Les enjeux diplomatiques. En matière d’applications civiles et militaires de l’IA, la Convention de l’ONU sur certaines armes classiques (CCAC) a défini diverses postures diplomatiques, expliquent Didier Gazagne et Alix Desies. La CCAC vise à interdire ou limiter l’utilisation d’armes pouvant être considérées comme produisant des effets traumatiques excessifs sur les combattants ou comme frappant des civils sans discrimination, dont notamment les SALA. Elle recommande : le maintien de la responsabilité humaine ; l’application sans exception du droit international ; la sécurité dès la conception ; pour le secteur civil, de ne pas faire obstacle au progrès scientifique à des fins pacifiques. Au cours des discussions d’experts gouvernementaux entre 2013 et 2019, trois ensembles se dégagent : les opposants aux SALA, à savoir Cuba, tous les pays d’Amérique centrale et du Sud, l’Algérie, quelques pays d’Afrique, l’Egypte, l’Irak, le Pakistan et l’Autriche ; les observateurs, à savoir l’Iran et quelques pays d’Asie centrale et d’Afrique ; les partisans des SALA, à savoir quelques pays d’Afrique et les autres membres de l’ONU. Les Etats-Unis consacrent 716 Md$ à la défense, dont plus de 13,7 Md$ à l’IA, et ont adopté des normes nationales pour le développement et l’utilisation des SALA (voir encadré). La Russie développe des « armes invincibles », comme le planeur hypersonique Avangard et la torpille furtive Poseidon à charge et propulsion nucléaires. Elle perfectionne la guerre électronique avec les systèmes de brouillage Leer-3 contre les drones et Krasukha contre les missiles à guidage radar. Enfin, elle compte ouvrir une université de formation à l’IA vers 2035. La Chine entend devenir la première puissance mondiale dans le domaine de l’IA d’ici à 2025, où son investissement se monterait à plus de 14,7 Md$. Outre la fusion des secteurs civil et militaire, elle développe un programme expérimental d’armes intelligentes.
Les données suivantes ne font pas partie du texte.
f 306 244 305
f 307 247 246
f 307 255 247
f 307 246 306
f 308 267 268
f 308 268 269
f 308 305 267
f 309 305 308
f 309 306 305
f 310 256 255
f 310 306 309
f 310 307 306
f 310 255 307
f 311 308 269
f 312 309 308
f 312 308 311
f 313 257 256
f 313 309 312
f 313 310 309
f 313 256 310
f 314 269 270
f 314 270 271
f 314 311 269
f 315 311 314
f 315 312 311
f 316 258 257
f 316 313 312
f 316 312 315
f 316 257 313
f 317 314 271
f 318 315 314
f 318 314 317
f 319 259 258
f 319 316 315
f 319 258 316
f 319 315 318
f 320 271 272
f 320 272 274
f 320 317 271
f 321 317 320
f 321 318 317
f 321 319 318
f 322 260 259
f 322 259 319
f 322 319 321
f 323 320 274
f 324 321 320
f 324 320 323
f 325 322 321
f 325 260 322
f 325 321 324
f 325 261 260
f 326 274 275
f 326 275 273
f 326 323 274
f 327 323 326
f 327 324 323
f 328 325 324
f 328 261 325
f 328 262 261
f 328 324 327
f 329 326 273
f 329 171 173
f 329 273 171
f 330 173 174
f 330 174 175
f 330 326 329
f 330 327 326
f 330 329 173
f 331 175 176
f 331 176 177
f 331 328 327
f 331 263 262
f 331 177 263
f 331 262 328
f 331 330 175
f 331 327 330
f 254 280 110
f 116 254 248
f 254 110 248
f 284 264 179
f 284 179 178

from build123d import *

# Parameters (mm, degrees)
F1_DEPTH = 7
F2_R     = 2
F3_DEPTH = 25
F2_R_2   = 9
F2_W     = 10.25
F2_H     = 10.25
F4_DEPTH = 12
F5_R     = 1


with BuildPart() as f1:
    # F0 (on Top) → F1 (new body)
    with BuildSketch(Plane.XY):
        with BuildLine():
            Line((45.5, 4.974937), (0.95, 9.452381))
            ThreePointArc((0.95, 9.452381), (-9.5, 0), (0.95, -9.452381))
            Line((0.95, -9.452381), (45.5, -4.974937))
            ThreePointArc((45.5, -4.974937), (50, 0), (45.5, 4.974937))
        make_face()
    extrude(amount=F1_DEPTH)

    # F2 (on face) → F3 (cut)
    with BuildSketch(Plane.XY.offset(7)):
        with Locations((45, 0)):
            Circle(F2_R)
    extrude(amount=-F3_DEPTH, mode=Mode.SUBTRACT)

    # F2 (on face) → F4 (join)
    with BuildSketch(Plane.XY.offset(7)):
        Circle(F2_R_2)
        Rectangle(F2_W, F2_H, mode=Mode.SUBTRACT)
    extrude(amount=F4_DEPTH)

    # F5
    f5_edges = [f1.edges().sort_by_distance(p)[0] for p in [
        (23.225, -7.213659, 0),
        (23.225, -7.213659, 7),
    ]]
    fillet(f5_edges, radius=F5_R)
Un traité, contraignant, d’interdiction des SALA se heurterait au refus de signature des Etats-Unis, de la Russie, de la Chine, d’Israël de l’Arabie saoudite et peut-être de la France. En outre, il amplifierait des écarts technologiques et l’état de dépendance des Etats signataires.

Loïc Salmon

Aux Etats-Unis, l’autonomie de systèmes d’armes se décline selon diverses graduations. Ainsi, le Département de la sécurité intérieure présente une échelle croissante de 0 à 10 : 0) véhicule téléguidé ; 1) mission préprogrammée ; 2) mission modifiable ; 3) réponse effective en temps réel aux erreurs ; 4) adaptation aux erreurs et événements ; 5) coordination de plusieurs véhicules en temps réel ; 6) coopération de plusieurs véhicules en temps réel ; 7) connaissance du champ de bataille ; 8) compréhension du champ de bataille ; 9) compréhension de « l’essaimage » du champ de bataille ; 10) autonomie totale. La graduation du bureau de recherche navale du Département de la marine ne croît que de 1 à 6 : 1) véhicule télé-opéré ; 2) assistance humaine ; 3) délégation de contrôle ; 4) surveillance humaine ; 5) initiative partagée ; 6) autonomie totale du véhicule.